We must focus not merely on punishment, but the deep-rooted social sickness which causes these crimes
Despite recent nationwide protests against rape and sexual violence, and despite assurances from the government, the sordid reality of our society remains that such crimes are still taking place as much as ever.
Rarely is there a day when some horrific incident of rape, or sexual assault, or gender-based violence, is not in the news. The stories speak for themselves: A 26-year-old man was arrested for rape and blackmail in Gazipur. In Comilla, in the meantime, a Madrasa teacher has been held for sexually harassing students.

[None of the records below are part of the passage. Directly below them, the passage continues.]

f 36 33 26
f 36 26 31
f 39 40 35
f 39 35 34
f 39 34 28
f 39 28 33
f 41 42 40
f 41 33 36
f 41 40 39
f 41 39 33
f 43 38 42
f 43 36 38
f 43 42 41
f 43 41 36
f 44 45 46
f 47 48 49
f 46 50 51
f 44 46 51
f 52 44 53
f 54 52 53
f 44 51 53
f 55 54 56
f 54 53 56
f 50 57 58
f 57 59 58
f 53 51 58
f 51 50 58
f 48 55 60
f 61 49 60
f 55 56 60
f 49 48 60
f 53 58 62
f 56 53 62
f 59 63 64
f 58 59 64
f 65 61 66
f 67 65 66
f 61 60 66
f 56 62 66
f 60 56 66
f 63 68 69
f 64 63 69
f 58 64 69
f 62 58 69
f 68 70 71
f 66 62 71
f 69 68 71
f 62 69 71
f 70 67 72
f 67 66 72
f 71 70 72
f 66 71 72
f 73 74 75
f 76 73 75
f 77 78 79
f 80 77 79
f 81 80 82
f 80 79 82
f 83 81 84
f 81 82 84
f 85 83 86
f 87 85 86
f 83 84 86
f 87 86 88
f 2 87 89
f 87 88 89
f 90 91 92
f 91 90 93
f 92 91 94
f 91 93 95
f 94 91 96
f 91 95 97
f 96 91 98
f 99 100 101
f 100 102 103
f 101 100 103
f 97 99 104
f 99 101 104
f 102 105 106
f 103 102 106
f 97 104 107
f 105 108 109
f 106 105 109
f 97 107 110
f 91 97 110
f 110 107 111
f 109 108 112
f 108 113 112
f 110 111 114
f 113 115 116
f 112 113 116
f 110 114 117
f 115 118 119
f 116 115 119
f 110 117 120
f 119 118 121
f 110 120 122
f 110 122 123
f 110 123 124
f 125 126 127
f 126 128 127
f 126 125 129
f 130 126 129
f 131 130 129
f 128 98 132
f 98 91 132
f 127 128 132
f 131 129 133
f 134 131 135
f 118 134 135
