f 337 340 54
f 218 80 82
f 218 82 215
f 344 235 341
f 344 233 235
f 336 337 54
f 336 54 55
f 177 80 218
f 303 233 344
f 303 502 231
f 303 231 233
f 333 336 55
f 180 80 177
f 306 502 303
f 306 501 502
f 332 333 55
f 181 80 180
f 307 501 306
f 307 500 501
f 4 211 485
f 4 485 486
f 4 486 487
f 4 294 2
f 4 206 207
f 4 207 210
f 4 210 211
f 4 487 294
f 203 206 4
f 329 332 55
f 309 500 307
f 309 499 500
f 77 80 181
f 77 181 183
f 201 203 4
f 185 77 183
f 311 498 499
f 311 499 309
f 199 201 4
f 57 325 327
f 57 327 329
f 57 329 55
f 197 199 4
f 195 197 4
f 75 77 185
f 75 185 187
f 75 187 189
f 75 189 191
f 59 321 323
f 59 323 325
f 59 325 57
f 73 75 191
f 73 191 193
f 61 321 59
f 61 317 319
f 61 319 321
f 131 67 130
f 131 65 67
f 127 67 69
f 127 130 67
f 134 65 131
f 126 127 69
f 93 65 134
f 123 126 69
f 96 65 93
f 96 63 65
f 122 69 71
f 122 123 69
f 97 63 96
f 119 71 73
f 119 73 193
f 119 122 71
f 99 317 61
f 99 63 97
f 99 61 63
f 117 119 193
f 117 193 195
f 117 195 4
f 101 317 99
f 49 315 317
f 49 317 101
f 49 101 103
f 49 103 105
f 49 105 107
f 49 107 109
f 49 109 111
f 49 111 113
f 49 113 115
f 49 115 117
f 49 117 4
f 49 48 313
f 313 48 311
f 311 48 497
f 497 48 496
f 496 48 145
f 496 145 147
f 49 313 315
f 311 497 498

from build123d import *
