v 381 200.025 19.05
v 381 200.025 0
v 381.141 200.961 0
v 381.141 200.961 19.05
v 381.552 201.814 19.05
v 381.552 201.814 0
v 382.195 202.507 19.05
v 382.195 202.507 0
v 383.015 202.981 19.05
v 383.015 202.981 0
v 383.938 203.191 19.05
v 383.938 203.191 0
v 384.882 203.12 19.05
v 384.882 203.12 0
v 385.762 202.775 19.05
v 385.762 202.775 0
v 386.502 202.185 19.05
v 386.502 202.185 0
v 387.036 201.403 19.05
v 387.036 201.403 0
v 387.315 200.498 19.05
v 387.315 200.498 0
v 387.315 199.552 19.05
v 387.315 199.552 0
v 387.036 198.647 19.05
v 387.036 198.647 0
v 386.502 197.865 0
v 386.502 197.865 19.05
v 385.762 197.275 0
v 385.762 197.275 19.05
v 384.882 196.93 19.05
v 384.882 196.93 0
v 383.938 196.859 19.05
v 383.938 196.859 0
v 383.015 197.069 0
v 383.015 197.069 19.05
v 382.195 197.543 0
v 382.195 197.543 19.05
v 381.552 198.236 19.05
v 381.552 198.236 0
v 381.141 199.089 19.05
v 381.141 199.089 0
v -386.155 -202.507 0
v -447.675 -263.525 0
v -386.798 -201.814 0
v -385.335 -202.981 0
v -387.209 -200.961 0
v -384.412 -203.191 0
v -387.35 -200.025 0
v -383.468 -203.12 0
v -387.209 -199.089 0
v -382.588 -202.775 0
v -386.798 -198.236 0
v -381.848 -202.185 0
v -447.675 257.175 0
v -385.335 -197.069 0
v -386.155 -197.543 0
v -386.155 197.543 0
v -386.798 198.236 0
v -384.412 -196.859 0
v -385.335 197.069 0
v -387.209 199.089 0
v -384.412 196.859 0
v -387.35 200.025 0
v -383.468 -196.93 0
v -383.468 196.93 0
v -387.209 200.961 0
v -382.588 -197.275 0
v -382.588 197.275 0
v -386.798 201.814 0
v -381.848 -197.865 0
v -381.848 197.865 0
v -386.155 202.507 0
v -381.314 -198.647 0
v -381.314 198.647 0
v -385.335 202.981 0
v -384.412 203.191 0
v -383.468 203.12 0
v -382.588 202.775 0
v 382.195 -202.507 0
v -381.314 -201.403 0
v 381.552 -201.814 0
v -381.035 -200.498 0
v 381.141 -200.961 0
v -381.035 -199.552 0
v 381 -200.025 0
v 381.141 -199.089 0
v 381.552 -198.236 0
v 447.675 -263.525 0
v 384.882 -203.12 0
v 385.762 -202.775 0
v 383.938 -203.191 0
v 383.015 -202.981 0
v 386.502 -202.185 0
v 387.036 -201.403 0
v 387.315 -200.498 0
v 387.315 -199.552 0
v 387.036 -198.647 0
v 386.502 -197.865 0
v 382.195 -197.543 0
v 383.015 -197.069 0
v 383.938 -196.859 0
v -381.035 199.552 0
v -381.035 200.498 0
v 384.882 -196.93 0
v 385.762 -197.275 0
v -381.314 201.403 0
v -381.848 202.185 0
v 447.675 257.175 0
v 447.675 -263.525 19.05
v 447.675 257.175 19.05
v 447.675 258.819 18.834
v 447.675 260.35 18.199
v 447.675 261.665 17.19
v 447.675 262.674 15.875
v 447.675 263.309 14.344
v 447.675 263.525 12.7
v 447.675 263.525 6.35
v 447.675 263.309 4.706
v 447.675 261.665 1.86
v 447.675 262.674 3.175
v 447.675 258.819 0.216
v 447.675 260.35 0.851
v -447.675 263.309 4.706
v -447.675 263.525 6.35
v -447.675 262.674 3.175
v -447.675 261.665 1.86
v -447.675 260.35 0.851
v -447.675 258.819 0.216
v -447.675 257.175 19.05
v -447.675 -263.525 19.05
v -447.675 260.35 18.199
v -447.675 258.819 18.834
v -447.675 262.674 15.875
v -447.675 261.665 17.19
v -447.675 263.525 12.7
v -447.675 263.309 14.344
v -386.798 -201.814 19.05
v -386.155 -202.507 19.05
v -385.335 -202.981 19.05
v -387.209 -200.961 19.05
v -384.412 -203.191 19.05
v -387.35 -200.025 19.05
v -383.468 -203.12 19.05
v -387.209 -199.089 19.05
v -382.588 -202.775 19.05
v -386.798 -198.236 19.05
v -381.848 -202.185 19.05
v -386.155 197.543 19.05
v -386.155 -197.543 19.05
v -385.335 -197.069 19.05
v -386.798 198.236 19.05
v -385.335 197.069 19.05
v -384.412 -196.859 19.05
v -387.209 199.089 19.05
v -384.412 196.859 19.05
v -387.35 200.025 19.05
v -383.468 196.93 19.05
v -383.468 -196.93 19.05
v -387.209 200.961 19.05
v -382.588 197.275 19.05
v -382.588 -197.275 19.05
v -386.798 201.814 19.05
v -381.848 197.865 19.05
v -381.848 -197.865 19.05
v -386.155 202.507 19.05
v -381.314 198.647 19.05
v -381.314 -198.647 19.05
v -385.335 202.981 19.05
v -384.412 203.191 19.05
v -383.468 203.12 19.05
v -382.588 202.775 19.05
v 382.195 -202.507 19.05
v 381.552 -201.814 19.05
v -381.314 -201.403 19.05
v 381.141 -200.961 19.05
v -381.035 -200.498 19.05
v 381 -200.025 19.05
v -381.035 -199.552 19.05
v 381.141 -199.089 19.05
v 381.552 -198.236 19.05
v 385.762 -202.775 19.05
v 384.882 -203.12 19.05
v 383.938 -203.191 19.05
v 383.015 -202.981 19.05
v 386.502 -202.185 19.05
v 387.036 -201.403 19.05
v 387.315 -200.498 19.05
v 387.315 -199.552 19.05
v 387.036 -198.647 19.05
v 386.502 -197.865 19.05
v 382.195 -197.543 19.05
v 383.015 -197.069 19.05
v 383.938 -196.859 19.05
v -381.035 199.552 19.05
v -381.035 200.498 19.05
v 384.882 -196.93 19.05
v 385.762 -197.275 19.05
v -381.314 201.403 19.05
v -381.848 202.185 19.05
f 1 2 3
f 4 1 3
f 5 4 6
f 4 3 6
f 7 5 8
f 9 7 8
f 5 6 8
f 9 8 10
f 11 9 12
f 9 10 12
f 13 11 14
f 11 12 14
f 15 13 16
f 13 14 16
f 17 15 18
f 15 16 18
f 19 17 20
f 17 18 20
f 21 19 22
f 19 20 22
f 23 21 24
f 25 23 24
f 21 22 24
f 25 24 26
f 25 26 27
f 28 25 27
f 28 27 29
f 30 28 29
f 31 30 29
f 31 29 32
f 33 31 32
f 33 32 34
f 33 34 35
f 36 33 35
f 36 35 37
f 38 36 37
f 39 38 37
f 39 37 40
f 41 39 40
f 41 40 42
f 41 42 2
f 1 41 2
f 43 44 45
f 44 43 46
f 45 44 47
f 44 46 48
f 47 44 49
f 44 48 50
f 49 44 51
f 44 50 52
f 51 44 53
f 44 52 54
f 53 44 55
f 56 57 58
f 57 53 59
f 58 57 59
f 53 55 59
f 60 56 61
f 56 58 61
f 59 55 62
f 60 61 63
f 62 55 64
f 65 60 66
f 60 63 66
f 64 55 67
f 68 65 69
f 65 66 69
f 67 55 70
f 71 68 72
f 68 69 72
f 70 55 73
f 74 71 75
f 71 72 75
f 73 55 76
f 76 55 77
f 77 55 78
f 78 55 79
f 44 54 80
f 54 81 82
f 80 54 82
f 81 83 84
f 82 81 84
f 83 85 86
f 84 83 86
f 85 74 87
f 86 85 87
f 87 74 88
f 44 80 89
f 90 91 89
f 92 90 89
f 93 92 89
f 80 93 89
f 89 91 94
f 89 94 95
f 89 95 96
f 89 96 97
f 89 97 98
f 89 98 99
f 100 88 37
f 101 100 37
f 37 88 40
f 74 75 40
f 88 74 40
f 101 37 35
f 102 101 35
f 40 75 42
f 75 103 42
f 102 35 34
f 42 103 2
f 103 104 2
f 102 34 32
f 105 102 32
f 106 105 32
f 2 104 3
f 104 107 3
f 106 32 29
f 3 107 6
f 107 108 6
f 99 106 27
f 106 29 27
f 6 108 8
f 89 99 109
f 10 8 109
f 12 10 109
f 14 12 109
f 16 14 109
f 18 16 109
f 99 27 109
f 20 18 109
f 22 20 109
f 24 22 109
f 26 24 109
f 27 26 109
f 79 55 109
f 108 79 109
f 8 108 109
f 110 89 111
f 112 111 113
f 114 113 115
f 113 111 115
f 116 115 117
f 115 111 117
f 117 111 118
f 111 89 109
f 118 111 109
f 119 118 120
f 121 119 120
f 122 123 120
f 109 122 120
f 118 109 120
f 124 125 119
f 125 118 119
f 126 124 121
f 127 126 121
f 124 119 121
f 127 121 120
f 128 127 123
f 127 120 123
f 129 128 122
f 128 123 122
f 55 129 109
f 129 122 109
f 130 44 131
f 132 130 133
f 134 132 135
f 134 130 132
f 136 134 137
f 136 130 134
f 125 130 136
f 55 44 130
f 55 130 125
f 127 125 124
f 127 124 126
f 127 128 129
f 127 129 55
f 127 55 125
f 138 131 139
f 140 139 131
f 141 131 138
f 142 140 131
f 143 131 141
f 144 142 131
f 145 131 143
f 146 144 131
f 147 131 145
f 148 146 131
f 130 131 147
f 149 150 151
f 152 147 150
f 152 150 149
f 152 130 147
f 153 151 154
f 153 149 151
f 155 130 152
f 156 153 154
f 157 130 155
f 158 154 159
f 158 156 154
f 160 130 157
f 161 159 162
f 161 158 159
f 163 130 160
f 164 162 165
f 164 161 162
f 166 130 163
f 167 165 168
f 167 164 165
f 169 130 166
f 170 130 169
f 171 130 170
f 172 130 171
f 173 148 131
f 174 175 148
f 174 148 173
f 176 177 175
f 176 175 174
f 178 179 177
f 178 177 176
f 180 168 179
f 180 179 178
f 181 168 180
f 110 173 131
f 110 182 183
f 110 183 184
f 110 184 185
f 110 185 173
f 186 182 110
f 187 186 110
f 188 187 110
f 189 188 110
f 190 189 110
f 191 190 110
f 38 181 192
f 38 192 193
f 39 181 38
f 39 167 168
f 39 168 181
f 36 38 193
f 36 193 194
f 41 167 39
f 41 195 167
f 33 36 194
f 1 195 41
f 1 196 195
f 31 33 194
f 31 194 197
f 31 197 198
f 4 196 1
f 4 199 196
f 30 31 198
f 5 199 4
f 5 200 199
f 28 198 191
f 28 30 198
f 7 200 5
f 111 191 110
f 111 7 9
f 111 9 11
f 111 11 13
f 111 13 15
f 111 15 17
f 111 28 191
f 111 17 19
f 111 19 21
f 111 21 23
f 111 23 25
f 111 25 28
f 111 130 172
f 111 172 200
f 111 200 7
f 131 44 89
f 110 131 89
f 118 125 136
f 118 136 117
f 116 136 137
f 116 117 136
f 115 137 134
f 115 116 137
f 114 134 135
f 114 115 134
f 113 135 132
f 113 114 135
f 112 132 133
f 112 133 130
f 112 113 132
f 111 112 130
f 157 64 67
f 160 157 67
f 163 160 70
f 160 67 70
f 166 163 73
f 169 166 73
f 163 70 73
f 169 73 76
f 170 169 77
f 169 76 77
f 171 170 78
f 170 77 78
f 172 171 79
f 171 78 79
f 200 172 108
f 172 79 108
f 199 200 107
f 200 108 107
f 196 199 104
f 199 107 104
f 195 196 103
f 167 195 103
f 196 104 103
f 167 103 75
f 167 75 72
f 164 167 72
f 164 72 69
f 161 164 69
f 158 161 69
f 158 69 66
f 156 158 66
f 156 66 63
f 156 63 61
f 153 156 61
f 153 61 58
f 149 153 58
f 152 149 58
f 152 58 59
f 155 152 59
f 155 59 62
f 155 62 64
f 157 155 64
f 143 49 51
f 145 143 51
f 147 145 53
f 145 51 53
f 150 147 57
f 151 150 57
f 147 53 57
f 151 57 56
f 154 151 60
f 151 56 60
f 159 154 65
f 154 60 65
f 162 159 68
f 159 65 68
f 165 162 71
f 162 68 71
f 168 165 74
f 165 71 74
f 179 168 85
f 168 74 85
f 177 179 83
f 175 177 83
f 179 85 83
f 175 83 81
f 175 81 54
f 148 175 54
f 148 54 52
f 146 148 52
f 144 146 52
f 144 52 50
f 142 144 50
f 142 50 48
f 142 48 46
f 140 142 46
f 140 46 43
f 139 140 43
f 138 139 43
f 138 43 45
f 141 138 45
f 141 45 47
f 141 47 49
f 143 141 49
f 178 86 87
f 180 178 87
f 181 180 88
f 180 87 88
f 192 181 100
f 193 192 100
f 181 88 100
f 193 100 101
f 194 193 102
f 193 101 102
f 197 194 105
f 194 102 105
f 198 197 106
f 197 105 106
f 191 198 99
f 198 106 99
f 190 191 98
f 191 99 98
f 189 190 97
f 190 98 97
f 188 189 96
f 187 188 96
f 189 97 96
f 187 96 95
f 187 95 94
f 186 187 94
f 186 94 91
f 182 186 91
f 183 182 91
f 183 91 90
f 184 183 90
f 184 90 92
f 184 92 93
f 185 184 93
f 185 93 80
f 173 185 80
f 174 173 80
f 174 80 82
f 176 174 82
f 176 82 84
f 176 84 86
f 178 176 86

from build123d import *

# Parameters (mm, degrees)
F0_W     = 895.35
F0_H     = 527.05
F1_DEPTH = 19.05
F2_R     = 6.35
F4_D     = 6.35


with BuildPart() as f1:
    # F0 (on Top) → F1 (new body)
    with BuildSketch(Plane.XY):
        Rectangle(F0_W, F0_H)
    extrude(amount=F1_DEPTH)

    # F2
    f2_edges = [f1.edges().sort_by_distance(p)[0] for p in [
        (0, 263.525, 19.05),
        (0, 263.525, 0),
    ]]
    fillet(f2_edges, radius=F2_R)

    # F4 (through all)
    with Locations(Plane.XY.offset(19.05)):
        with Locations((-384.175, -200.025), (-384.175, 200.025), (384.175, 200.025), (384.175, -200.025)):
            Hole(F4_D / 2)


solid = f1.part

Incidents like this are happening all over the country, all the time. With the nation making so many advancements in so many areas, with large-scale projects going ahead at full speed, the question needs to be asked: Why are we still unable to curb sexual violence? The question here is not merely one of enforcement of law after the crime, but also one of why they are happening in the first place.
It is, of course, of utmost importance to hand down the highest punishment to an abuser or rapist. This achieves little, however, to console the victim, who has already been subjected to a traumatizing experience from which they may never fully heal. We must focus not merely on punishment, but the deep-rooted social sickness which causes these crimes to take place with such alarming frequency.
After the recent protests, the government responded by introducing the death penalty for rapists. Once again, we focused on punishment rather than prevention. It is high time we went back to the source of the problem, and fought these toxic attitudes that for too long have showed no signs of abating. This battle is long and hard, one we cannot win through legal short-cuts.